> _WHAT THE TASK ASKS_: Using the records below, transcribe word for word the stretch from the line that contains "v35 (49.5,-87,-8.7)" through the line that contains "e50 v39 v39", both end lines included, and nothing else.

DATA TO PROCESS: Begin

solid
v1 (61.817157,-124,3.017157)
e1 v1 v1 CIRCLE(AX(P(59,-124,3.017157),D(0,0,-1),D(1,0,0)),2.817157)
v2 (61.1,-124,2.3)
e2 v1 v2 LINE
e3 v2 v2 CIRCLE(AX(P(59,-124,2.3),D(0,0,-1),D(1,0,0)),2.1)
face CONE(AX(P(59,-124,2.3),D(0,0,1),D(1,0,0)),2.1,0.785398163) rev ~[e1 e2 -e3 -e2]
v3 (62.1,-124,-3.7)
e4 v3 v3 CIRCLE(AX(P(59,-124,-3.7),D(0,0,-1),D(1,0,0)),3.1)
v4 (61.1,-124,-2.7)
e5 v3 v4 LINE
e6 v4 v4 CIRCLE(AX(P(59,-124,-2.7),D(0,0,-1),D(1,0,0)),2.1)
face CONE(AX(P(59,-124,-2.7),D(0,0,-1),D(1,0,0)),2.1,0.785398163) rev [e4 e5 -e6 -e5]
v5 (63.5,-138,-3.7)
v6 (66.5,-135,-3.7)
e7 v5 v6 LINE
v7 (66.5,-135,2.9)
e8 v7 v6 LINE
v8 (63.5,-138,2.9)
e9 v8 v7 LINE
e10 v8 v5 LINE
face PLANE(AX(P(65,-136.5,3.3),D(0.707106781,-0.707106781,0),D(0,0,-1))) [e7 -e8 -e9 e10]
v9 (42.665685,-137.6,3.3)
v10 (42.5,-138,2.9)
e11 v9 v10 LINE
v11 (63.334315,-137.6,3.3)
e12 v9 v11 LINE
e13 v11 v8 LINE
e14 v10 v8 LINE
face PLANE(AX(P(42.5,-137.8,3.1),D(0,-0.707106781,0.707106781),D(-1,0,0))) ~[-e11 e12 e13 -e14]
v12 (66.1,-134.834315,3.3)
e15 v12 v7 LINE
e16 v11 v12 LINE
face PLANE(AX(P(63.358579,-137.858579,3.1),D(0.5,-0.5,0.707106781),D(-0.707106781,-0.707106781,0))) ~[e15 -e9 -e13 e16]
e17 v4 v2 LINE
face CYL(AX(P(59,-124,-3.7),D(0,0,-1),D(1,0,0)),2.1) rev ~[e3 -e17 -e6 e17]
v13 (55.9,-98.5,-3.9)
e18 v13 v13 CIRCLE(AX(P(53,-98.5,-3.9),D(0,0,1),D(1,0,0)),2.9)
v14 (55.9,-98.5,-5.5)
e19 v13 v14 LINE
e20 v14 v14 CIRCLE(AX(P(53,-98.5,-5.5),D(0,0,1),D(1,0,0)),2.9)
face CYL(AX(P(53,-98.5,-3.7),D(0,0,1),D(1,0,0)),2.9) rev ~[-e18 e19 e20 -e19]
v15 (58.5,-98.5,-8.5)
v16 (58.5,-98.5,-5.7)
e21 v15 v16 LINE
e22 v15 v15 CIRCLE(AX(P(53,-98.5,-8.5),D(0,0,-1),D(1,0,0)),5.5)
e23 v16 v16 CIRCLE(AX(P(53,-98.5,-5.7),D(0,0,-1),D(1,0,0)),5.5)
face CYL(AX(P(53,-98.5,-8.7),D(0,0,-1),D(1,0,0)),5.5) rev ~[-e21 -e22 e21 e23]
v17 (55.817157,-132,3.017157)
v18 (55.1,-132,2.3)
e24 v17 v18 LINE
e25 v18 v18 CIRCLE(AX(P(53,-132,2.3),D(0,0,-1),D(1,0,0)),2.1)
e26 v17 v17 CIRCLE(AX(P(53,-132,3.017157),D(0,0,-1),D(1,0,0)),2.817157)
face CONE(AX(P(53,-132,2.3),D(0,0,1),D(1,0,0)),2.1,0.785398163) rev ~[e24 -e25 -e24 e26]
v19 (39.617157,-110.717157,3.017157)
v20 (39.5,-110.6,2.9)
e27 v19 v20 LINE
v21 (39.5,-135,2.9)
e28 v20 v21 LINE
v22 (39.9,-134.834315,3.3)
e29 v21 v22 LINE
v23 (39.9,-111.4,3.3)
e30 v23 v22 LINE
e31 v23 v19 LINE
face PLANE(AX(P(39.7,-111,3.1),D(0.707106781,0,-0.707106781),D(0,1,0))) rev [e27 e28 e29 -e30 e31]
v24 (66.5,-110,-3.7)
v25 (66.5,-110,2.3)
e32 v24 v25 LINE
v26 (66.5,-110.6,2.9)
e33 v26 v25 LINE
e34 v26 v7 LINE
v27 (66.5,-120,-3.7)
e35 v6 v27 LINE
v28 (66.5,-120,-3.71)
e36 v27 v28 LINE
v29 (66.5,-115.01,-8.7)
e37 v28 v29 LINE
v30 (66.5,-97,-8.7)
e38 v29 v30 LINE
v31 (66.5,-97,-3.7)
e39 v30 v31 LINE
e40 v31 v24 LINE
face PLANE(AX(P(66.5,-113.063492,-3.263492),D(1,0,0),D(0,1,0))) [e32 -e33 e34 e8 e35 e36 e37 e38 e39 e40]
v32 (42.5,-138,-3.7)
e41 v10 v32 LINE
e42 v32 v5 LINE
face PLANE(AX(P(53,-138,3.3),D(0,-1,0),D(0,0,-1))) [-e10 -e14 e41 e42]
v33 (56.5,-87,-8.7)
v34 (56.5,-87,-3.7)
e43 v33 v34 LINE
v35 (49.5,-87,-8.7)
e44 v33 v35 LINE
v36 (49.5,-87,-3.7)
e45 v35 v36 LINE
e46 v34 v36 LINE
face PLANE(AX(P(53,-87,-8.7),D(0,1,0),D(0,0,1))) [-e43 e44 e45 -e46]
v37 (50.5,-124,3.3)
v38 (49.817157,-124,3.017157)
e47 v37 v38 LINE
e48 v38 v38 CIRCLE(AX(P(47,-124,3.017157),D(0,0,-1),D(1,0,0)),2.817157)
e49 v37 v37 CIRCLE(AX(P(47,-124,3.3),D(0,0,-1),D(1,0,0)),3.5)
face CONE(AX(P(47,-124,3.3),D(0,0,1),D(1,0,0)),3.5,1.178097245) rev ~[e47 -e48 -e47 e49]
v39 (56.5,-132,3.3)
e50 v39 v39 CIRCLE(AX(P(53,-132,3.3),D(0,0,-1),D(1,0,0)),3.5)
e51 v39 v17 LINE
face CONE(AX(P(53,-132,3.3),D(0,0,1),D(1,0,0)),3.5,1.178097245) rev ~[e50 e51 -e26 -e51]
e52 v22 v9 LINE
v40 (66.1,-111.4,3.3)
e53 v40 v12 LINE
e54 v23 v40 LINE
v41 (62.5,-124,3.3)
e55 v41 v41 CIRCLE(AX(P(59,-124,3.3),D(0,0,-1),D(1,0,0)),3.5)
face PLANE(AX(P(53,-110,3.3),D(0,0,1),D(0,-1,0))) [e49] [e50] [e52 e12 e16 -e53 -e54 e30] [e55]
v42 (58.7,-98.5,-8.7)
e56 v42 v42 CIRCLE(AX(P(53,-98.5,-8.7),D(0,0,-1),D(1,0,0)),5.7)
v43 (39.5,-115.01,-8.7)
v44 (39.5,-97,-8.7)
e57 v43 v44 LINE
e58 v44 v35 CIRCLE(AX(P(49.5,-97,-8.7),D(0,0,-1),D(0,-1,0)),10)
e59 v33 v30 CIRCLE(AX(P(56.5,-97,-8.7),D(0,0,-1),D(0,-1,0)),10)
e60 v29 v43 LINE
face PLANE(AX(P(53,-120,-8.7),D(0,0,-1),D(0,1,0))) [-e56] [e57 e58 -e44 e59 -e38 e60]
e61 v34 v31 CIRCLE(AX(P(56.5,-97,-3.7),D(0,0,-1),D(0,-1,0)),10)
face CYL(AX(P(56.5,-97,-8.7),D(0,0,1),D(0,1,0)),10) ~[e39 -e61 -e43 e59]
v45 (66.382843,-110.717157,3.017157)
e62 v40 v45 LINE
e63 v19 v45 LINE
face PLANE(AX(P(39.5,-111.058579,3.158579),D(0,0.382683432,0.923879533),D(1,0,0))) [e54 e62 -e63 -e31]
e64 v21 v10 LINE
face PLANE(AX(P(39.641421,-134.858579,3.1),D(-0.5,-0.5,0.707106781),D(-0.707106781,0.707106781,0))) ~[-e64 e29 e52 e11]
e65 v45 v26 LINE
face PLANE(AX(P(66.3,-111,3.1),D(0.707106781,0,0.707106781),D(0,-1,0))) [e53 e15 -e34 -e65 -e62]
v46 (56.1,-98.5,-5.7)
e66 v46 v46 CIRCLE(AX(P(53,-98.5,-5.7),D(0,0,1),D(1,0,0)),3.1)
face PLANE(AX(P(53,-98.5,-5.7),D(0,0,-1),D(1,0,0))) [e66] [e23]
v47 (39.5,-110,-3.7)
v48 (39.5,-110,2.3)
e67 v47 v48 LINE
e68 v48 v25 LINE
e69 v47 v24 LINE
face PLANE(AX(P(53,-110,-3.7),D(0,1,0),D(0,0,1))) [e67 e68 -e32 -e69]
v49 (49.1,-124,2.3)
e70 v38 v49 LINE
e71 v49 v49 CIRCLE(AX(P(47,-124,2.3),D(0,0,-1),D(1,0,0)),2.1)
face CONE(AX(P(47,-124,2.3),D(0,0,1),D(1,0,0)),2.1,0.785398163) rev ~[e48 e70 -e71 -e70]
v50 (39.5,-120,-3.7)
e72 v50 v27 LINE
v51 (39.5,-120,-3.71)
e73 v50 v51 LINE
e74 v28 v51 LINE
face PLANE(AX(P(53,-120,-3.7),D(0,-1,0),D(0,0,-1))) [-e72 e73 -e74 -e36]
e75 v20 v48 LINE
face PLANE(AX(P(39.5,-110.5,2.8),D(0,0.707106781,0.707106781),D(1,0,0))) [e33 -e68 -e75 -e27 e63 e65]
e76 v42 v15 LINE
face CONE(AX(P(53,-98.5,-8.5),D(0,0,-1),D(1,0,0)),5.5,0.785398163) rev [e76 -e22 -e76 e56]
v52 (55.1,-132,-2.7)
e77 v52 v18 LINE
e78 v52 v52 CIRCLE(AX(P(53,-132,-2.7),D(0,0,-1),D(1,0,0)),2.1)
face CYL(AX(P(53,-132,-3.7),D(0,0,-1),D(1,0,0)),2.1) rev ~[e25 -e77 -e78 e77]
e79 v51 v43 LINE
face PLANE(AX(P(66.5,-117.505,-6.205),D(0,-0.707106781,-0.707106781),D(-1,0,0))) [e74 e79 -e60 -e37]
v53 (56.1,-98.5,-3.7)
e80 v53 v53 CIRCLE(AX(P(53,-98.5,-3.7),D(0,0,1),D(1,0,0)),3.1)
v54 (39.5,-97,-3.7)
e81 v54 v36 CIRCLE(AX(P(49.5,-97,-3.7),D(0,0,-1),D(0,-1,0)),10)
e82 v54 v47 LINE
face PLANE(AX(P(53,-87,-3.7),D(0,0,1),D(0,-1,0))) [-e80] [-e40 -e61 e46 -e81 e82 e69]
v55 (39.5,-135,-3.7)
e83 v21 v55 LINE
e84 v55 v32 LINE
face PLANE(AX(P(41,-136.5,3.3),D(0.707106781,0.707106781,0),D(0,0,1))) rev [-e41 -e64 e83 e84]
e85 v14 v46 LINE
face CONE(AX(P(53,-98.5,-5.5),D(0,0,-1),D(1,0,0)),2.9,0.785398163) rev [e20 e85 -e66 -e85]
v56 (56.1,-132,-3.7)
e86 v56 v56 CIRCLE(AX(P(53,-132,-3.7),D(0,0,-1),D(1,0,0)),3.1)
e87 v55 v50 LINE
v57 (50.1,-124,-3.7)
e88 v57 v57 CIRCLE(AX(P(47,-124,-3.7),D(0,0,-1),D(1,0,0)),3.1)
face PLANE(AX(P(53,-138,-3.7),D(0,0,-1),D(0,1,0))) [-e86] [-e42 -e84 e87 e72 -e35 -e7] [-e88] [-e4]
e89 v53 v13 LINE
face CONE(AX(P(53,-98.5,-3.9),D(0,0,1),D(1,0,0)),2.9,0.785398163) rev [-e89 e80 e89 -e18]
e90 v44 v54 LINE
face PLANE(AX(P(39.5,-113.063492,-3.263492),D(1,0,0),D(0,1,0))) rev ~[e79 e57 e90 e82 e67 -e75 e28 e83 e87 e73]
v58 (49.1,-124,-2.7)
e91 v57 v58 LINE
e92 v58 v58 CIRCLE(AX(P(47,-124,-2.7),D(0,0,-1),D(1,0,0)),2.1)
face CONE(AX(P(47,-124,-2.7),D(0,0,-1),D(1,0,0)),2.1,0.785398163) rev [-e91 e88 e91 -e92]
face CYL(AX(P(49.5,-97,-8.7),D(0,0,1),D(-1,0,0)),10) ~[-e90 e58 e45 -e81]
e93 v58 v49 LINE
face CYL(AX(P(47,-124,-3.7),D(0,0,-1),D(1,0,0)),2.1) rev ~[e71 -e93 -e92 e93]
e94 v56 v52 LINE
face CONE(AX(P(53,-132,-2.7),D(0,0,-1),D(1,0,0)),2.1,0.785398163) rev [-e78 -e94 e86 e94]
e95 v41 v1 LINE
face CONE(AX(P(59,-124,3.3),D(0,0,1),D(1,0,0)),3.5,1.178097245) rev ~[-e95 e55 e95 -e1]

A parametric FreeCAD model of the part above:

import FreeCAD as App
import Part
import Sketcher
Q = App.Units.Quantity


def edges_at(feature, points):
    """Names of the edges that pass closest to the given points."""
    edges = feature.Shape.Edges
    near = lambda p: min(range(len(edges)), key=lambda i: edges[i].distToShape(Part.Vertex(*p))[0])
    return sorted({f"Edge{near(p) + 1}" for p in points})


def add_polygon(sketch, points):
    """Adds a closed chain of lines whose ends are joined by coincident constraints."""
    first, n = sketch.GeometryCount, len(points)
    for a, b in zip(points, points[1:] + points[:1]):
        sketch.addGeometry(Part.LineSegment(App.Vector(*a, 0), App.Vector(*b, 0)), False)
    for i in range(n):
        sketch.addConstraint(Sketcher.Constraint("Coincident", first + i, 2, first + (i + 1) % n, 1))

doc = App.newDocument("Part")
body = doc.addObject("PartDesign::Body", "Body")

sketch1 = body.newObject("Sketcher::SketchObject", "Sketch")
sketch1.AttachmentSupport = (doc.getObject("YZ_Plane"), [""])
sketch1.MapMode = "FlatFace"
add_polygon(sketch1, [(23, 0), (0, 0), (0, 7), (-28, 7), (-28, 0), (-10, 0), (-10, -5), (23, -5)])
sketch1.addConstraint(Sketcher.Constraint("Horizontal", 0))
sketch1.addConstraint(Sketcher.Constraint("Vertical", 1))
sketch1.addConstraint(Sketcher.Constraint("Horizontal", 2))
sketch1.addConstraint(Sketcher.Constraint("Vertical", 3))
sketch1.addConstraint(Sketcher.Constraint("Horizontal", 4))
sketch1.addConstraint(Sketcher.Constraint("Vertical", 5))
sketch1.addConstraint(Sketcher.Constraint("Horizontal", 6))
sketch1.addConstraint(Sketcher.Constraint("Vertical", 7))
sketch1.addConstraint(Sketcher.Constraint("Coincident", 0, 2, -1, 1))
sketch1.addConstraint(Sketcher.Constraint("PointOnObject", 3, 2, -1))
sketch1.addConstraint(Sketcher.Constraint("DistanceX", 0, 2, 0, 1, Q("23 mm")))
sketch1.addConstraint(Sketcher.Constraint("DistanceX", 2, 2, 2, 1, Q("28 mm")))
sketch1.addConstraint(Sketcher.Constraint("DistanceX", 4, 1, 4, 2, Q("18 mm")))
sketch1.addConstraint(Sketcher.Constraint("DistanceY", 1, 1, 1, 2, Q("7 mm")))
sketch1.addConstraint(Sketcher.Constraint("DistanceY", 5, 2, 5, 1, Q("5 mm")))
pad1 = body.newObject("PartDesign::Pad", "Pad")
pad1.Profile = sketch1
pad1.Length = 27
pad1.Midplane = True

DATA TO PROCESS: End

> _REPLY TO THE EXERCISE_:
v35 (49.5,-87,-8.7)
e44 v33 v35 LINE
v36 (49.5,-87,-3.7)
e45 v35 v36 LINE
e46 v34 v36 LINE
face PLANE(AX(P(53,-87,-8.7),D(0,1,0),D(0,0,1))) [-e43 e44 e45 -e46]
v37 (50.5,-124,3.3)
v38 (49.817157,-124,3.017157)
e47 v37 v38 LINE
e48 v38 v38 CIRCLE(AX(P(47,-124,3.017157),D(0,0,-1),D(1,0,0)),2.817157)
e49 v37 v37 CIRCLE(AX(P(47,-124,3.3),D(0,0,-1),D(1,0,0)),3.5)
face CONE(AX(P(47,-124,3.3),D(0,0,1),D(1,0,0)),3.5,1.178097245) rev ~[e47 -e48 -e47 e49]
v39 (56.5,-132,3.3)
e50 v39 v39 CIRCLE(AX(P(53,-132,3.3),D(0,0,-1),D(1,0,0)),3.5)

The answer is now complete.